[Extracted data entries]
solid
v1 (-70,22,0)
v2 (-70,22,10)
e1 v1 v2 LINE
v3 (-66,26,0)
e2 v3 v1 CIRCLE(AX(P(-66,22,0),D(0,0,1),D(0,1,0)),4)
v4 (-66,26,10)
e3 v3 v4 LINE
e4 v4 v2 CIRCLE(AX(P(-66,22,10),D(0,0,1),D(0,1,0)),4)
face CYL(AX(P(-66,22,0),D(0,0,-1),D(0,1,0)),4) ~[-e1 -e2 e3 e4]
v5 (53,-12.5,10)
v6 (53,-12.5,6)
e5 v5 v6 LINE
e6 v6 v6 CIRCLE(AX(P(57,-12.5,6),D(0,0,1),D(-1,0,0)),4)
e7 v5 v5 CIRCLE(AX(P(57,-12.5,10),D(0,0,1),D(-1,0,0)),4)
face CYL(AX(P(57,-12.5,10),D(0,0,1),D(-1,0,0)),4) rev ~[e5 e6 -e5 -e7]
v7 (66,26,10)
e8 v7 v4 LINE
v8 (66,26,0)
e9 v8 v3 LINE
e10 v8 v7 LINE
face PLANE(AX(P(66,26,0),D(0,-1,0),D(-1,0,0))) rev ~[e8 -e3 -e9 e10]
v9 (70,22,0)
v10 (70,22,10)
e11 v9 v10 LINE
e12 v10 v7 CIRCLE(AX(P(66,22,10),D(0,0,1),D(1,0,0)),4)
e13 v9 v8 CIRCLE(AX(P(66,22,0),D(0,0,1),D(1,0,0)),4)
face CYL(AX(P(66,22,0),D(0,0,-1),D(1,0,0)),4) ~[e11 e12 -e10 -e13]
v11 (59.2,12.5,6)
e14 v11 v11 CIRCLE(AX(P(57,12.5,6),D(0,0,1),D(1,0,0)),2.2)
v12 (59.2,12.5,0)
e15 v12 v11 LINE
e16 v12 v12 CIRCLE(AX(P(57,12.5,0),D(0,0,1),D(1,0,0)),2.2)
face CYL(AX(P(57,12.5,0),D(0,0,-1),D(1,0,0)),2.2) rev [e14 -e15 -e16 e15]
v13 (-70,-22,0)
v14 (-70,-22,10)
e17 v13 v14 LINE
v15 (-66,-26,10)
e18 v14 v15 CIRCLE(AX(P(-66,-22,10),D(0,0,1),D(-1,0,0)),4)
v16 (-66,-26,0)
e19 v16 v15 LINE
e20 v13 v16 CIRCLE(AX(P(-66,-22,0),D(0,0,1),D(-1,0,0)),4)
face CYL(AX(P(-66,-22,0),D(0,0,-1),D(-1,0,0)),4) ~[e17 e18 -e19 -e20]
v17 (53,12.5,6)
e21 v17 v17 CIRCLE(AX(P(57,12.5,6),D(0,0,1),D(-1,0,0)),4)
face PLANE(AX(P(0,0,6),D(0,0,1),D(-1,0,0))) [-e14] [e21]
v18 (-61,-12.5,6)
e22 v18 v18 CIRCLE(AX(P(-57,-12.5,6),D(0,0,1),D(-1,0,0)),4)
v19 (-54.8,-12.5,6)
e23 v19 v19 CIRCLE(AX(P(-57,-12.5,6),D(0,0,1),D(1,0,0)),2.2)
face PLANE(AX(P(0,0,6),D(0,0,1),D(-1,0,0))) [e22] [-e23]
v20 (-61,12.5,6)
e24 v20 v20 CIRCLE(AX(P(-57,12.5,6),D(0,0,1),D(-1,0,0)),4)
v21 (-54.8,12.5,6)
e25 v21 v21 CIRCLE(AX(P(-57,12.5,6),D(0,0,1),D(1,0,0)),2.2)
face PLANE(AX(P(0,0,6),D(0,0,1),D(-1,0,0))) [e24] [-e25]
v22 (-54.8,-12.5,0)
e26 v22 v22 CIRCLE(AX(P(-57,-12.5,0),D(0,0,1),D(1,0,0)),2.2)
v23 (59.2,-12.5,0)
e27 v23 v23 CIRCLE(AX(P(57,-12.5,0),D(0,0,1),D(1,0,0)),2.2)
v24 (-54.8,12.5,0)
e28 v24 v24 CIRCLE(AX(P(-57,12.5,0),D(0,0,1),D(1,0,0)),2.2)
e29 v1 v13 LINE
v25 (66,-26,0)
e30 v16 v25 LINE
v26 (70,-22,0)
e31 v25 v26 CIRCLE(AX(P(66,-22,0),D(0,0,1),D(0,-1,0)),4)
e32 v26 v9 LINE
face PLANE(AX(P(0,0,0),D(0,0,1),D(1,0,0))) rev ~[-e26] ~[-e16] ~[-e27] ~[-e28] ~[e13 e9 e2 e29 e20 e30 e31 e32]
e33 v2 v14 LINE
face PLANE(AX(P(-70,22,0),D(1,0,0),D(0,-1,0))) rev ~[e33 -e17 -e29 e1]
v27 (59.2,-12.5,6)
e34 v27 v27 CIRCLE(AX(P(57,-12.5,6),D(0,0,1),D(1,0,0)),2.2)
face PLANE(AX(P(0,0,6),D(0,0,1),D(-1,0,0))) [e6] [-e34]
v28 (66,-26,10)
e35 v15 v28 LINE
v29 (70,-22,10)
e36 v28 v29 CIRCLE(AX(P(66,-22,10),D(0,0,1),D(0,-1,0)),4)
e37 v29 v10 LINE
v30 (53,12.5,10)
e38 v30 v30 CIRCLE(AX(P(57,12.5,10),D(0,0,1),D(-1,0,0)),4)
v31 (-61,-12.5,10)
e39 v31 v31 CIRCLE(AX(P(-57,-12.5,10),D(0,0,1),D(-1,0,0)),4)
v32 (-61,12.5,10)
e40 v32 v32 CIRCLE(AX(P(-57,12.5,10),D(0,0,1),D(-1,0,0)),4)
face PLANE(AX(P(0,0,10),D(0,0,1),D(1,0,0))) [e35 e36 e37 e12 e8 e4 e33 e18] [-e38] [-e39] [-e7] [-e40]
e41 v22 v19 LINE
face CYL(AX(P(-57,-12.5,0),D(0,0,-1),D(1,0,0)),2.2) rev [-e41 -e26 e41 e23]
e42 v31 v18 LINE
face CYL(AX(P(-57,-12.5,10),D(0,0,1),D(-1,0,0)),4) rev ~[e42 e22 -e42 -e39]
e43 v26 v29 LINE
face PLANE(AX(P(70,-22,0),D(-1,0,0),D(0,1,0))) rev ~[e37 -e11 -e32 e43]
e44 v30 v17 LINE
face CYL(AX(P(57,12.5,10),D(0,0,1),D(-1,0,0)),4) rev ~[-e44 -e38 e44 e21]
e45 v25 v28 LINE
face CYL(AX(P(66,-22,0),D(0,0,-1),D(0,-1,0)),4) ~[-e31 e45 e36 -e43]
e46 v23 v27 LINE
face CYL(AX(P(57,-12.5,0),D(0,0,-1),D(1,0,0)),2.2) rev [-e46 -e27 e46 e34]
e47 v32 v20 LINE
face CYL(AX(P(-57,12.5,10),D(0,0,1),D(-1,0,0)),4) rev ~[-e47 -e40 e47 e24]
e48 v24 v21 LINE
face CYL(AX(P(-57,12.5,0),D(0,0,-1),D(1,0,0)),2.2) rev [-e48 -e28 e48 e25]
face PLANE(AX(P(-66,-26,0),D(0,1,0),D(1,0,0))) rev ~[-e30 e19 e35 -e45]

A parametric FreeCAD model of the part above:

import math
import FreeCAD as App
import Part
import Sketcher
from FreeCAD import Vector

doc = App.newDocument("Part")
params = doc.addObject("Spreadsheet::Sheet", "Params")
for row, (alias, value) in enumerate([
    ("sketch1_radius", "4 mm"),
    ("sketch1_diameter", "4.4 mm"),
    ("sketch1_width", "132 mm"),
    ("pad1_length", "10 mm"),
    ("sketch2_diameter", "8 mm"),
    ("sketch2_diameter2", "4.4 mm"),
    ("pocket1_length", "4 mm"),
], start=1):
    params.set(f"A{row}", alias)
    params.set(f"B{row}", "=" + value)
    params.setAlias(f"B{row}", alias)

body = doc.addObject("PartDesign::Body", "Body")

# Sketch on XY plane
sketch1 = doc.addObject("Sketcher::SketchObject", "Sketch")
body.addObject(sketch1)
sketch1.AttachmentSupport = (doc.XY_Plane, [""])
sketch1.MapMode = "FlatFace"
sketch1.addGeometry(Part.ArcOfCircle(Part.Circle(Vector(66, 22, 0), Vector(0, 0, 1), 4), math.radians(0), math.radians(90)), False)
sketch1.addGeometry(Part.LineSegment(Vector(66, 26, 0), Vector(-66, 26, 0)), False)
sketch1.addGeometry(Part.ArcOfCircle(Part.Circle(Vector(-66, 22, 0), Vector(0, 0, 1), 4), math.radians(90), math.radians(180)), False)
sketch1.addGeometry(Part.LineSegment(Vector(-70, 22, 0), Vector(-70, -22, 0)), False)
sketch1.addGeometry(Part.ArcOfCircle(Part.Circle(Vector(-66, -22, 0), Vector(0, 0, 1), 4), math.radians(180), math.radians(270)), False)
sketch1.addGeometry(Part.LineSegment(Vector(-66, -26, 0), Vector(66, -26, 0)), False)
sketch1.addGeometry(Part.ArcOfCircle(Part.Circle(Vector(66, -22, 0), Vector(0, 0, 1), 4), math.radians(-90), math.radians(0)), False)
sketch1.addGeometry(Part.LineSegment(Vector(70, -22, 0), Vector(70, 22, 0)), False)
sketch1.addGeometry(Part.Circle(Vector(-57, -12.5, 0), Vector(0, 0, 1), 2.2), False)
sketch1.addGeometry(Part.Circle(Vector(57, -12.5, 0), Vector(0, 0, 1), 2.2), False)
sketch1.addGeometry(Part.Circle(Vector(-57, 12.5, 0), Vector(0, 0, 1), 2.2), False)
sketch1.addGeometry(Part.Circle(Vector(57, 12.5, 0), Vector(0, 0, 1), 2.2), False)
sketch1.addConstraint(Sketcher.Constraint("Tangent", 0, 2, 1, 1))
sketch1.addConstraint(Sketcher.Constraint("Tangent", 1, 2, 2, 1))
sketch1.addConstraint(Sketcher.Constraint("Tangent", 2, 2, 3, 1))
sketch1.addConstraint(Sketcher.Constraint("Tangent", 3, 2, 4, 1))
sketch1.addConstraint(Sketcher.Constraint("Tangent", 4, 2, 5, 1))
sketch1.addConstraint(Sketcher.Constraint("Tangent", 5, 2, 6, 1))
sketch1.addConstraint(Sketcher.Constraint("Tangent", 6, 2, 7, 1))
sketch1.addConstraint(Sketcher.Constraint("Tangent", 7, 2, 0, 1))
sketch1.addConstraint(Sketcher.Constraint("Horizontal", 1))
sketch1.addConstraint(Sketcher.Constraint("Vertical", 3))
sketch1.addConstraint(Sketcher.Constraint("Horizontal", 5))
sketch1.addConstraint(Sketcher.Constraint("Vertical", 7))
sketch1.addConstraint(Sketcher.Constraint("Equal", 0, 2))
sketch1.addConstraint(Sketcher.Constraint("Equal", 2, 4))
sketch1.addConstraint(Sketcher.Constraint("Equal", 4, 6))
sketch1.addConstraint(Sketcher.Constraint("Equal", 8, 9))
sketch1.addConstraint(Sketcher.Constraint("Equal", 9, 10))
sketch1.addConstraint(Sketcher.Constraint("Equal", 10, 11))
sketch1.addConstraint(Sketcher.Constraint("Symmetric", 0, 3, 4, 3, -1, 1))
sketch1.addConstraint(Sketcher.Constraint("Symmetric", 9, 3, 10, 3, -1, 1))
sketch1.addConstraint(Sketcher.Constraint("Symmetric", 8, 3, 11, 3, -1, 1))
sketch1.addConstraint(Sketcher.Constraint("Symmetric", 8, 3, 9, 3, -2))
sketch1.addConstraint(Sketcher.Constraint("Radius", 0, 4.0))
sketch1.addConstraint(Sketcher.Constraint("Diameter", 8, 4.4))
sketch1.addConstraint(Sketcher.Constraint("DistanceX", 2, 2, 10, 3, 13.0))
sketch1.addConstraint(Sketcher.Constraint("DistanceY", 5, 2, 0, 2, 52.0))
sketch1.addConstraint(Sketcher.Constraint("DistanceY", 11, 3, 0, 2, 13.5))
sketch1.addConstraint(Sketcher.Constraint("DistanceX", 1, 2, 1, 1, 132.0))
sketch1.setExpression("Constraints[22]", "Params.sketch1_radius")
sketch1.setExpression("Constraints[23]", "Params.sketch1_diameter")
sketch1.setExpression("Constraints[27]", "Params.sketch1_width")
pad1 = doc.addObject("PartDesign::Pad", "Pad")
body.addObject(pad1)
pad1.Profile = sketch1
pad1.setExpression("Length", "Params.pad1_length")

# Sketch on XY plane
sketch2 = doc.addObject("Sketcher::SketchObject", "Sketch001")
body.addObject(sketch2)
sketch2.AttachmentSupport = (doc.XY_Plane, [""])
sketch2.MapMode = "FlatFace"
sketch2.AttachmentOffset = App.Placement(Vector(0, 0, 10), App.Rotation())
sketch2.addGeometry(Part.Circle(Vector(-57, 12.5, 0), Vector(0, 0, 1), 4), False)
sketch2.addGeometry(Part.Circle(Vector(-57, 12.5, 0), Vector(0, 0, 1), 2.2), False)
sketch2.addGeometry(Part.Circle(Vector(-57, -12.5, 0), Vector(0, 0, 1), 4), False)
sketch2.addGeometry(Part.Circle(Vector(-57, -12.5, 0), Vector(0, 0, 1), 2.2), False)
sketch2.addGeometry(Part.Circle(Vector(57, 12.5, 0), Vector(0, 0, 1), 4), False)
sketch2.addGeometry(Part.Circle(Vector(57, 12.5, 0), Vector(0, 0, 1), 2.2), False)
sketch2.addGeometry(Part.Circle(Vector(57, -12.5, 0), Vector(0, 0, 1), 4), False)
sketch2.addGeometry(Part.Circle(Vector(57, -12.5, 0), Vector(0, 0, 1), 2.2), False)
sketch2.addConstraint(Sketcher.Constraint("Coincident", 1, 3, 0, 3))
sketch2.addConstraint(Sketcher.Constraint("Coincident", 3, 3, 2, 3))
sketch2.addConstraint(Sketcher.Constraint("Coincident", 5, 3, 4, 3))
sketch2.addConstraint(Sketcher.Constraint("Coincident", 7, 3, 6, 3))
sketch2.addConstraint(Sketcher.Constraint("Equal", 0, 2))
sketch2.addConstraint(Sketcher.Constraint("Equal", 1, 3))
sketch2.addConstraint(Sketcher.Constraint("Equal", 2, 4))
sketch2.addConstraint(Sketcher.Constraint("Equal", 3, 5))
sketch2.addConstraint(Sketcher.Constraint("Equal", 4, 6))
sketch2.addConstraint(Sketcher.Constraint("Equal", 5, 7))
sketch2.addConstraint(Sketcher.Constraint("Symmetric", 2, 3, 4, 3, -1, 1))
sketch2.addConstraint(Sketcher.Constraint("Symmetric", 0, 3, 6, 3, -1, 1))
sketch2.addConstraint(Sketcher.Constraint("Symmetric", 0, 3, 4, 3, -2))
sketch2.addConstraint(Sketcher.Constraint("Diameter", 0, 8.0))
sketch2.addConstraint(Sketcher.Constraint("Diameter", 1, 4.4))
sketch2.addConstraint(Sketcher.Constraint("DistanceX", 0, 3, -1, 1, 57.0))
sketch2.addConstraint(Sketcher.Constraint("DistanceY", 2, 3, 0, 3, 25.0))
sketch2.setExpression("Constraints[13]", "Params.sketch2_diameter")
sketch2.setExpression("Constraints[14]", "Params.sketch2_diameter2")
pocket1 = doc.addObject("PartDesign::Pocket", "Pocket")
body.addObject(pocket1)
pocket1.Profile = sketch2
pocket1.setExpression("Length", "Params.pocket1_length")

doc.recompute()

■ Aim of the task ■
Copy out the range of lines above starting at the line with "e29 v1 v13 LINE" and ending at the line with "e46 v23 v27 LINE", exactly and including both.

■ Answer to this problem ■
e29 v1 v13 LINE
v25 (66,-26,0)
e30 v16 v25 LINE
v26 (70,-22,0)
e31 v25 v26 CIRCLE(AX(P(66,-22,0),D(0,0,1),D(0,-1,0)),4)
e32 v26 v9 LINE
face PLANE(AX(P(0,0,0),D(0,0,1),D(1,0,0))) rev ~[-e26] ~[-e16] ~[-e27] ~[-e28] ~[e13 e9 e2 e29 e20 e30 e31 e32]
e33 v2 v14 LINE
face PLANE(AX(P(-70,22,0),D(1,0,0),D(0,-1,0))) rev ~[e33 -e17 -e29 e1]
v27 (59.2,-12.5,6)
e34 v27 v27 CIRCLE(AX(P(57,-12.5,6),D(0,0,1),D(1,0,0)),2.2)
face PLANE(AX(P(0,0,6),D(0,0,1),D(-1,0,0))) [e6] [-e34]
v28 (66,-26,10)
e35 v15 v28 LINE
v29 (70,-22,10)
e36 v28 v29 CIRCLE(AX(P(66,-22,10),D(0,0,1),D(0,-1,0)),4)
e37 v29 v10 LINE
v30 (53,12.5,10)
e38 v30 v30 CIRCLE(AX(P(57,12.5,10),D(0,0,1),D(-1,0,0)),4)
v31 (-61,-12.5,10)
e39 v31 v31 CIRCLE(AX(P(-57,-12.5,10),D(0,0,1),D(-1,0,0)),4)
v32 (-61,12.5,10)
e40 v32 v32 CIRCLE(AX(P(-57,12.5,10),D(0,0,1),D(-1,0,0)),4)
face PLANE(AX(P(0,0,10),D(0,0,1),D(1,0,0))) [e35 e36 e37 e12 e8 e4 e33 e18] [-e38] [-e39] [-e7] [-e40]
e41 v22 v19 LINE
face CYL(AX(P(-57,-12.5,0),D(0,0,-1),D(1,0,0)),2.2) rev [-e41 -e26 e41 e23]
e42 v31 v18 LINE
face CYL(AX(P(-57,-12.5,10),D(0,0,1),D(-1,0,0)),4) rev ~[e42 e22 -e42 -e39]
e43 v26 v29 LINE
face PLANE(AX(P(70,-22,0),D(-1,0,0),D(0,1,0))) rev ~[e37 -e11 -e32 e43]
e44 v30 v17 LINE
face CYL(AX(P(57,12.5,10),D(0,0,1),D(-1,0,0)),4) rev ~[-e44 -e38 e44 e21]
e45 v25 v28 LINE
face CYL(AX(P(66,-22,0),D(0,0,-1),D(0,-1,0)),4) ~[-e31 e45 e36 -e43]
e46 v23 v27 LINE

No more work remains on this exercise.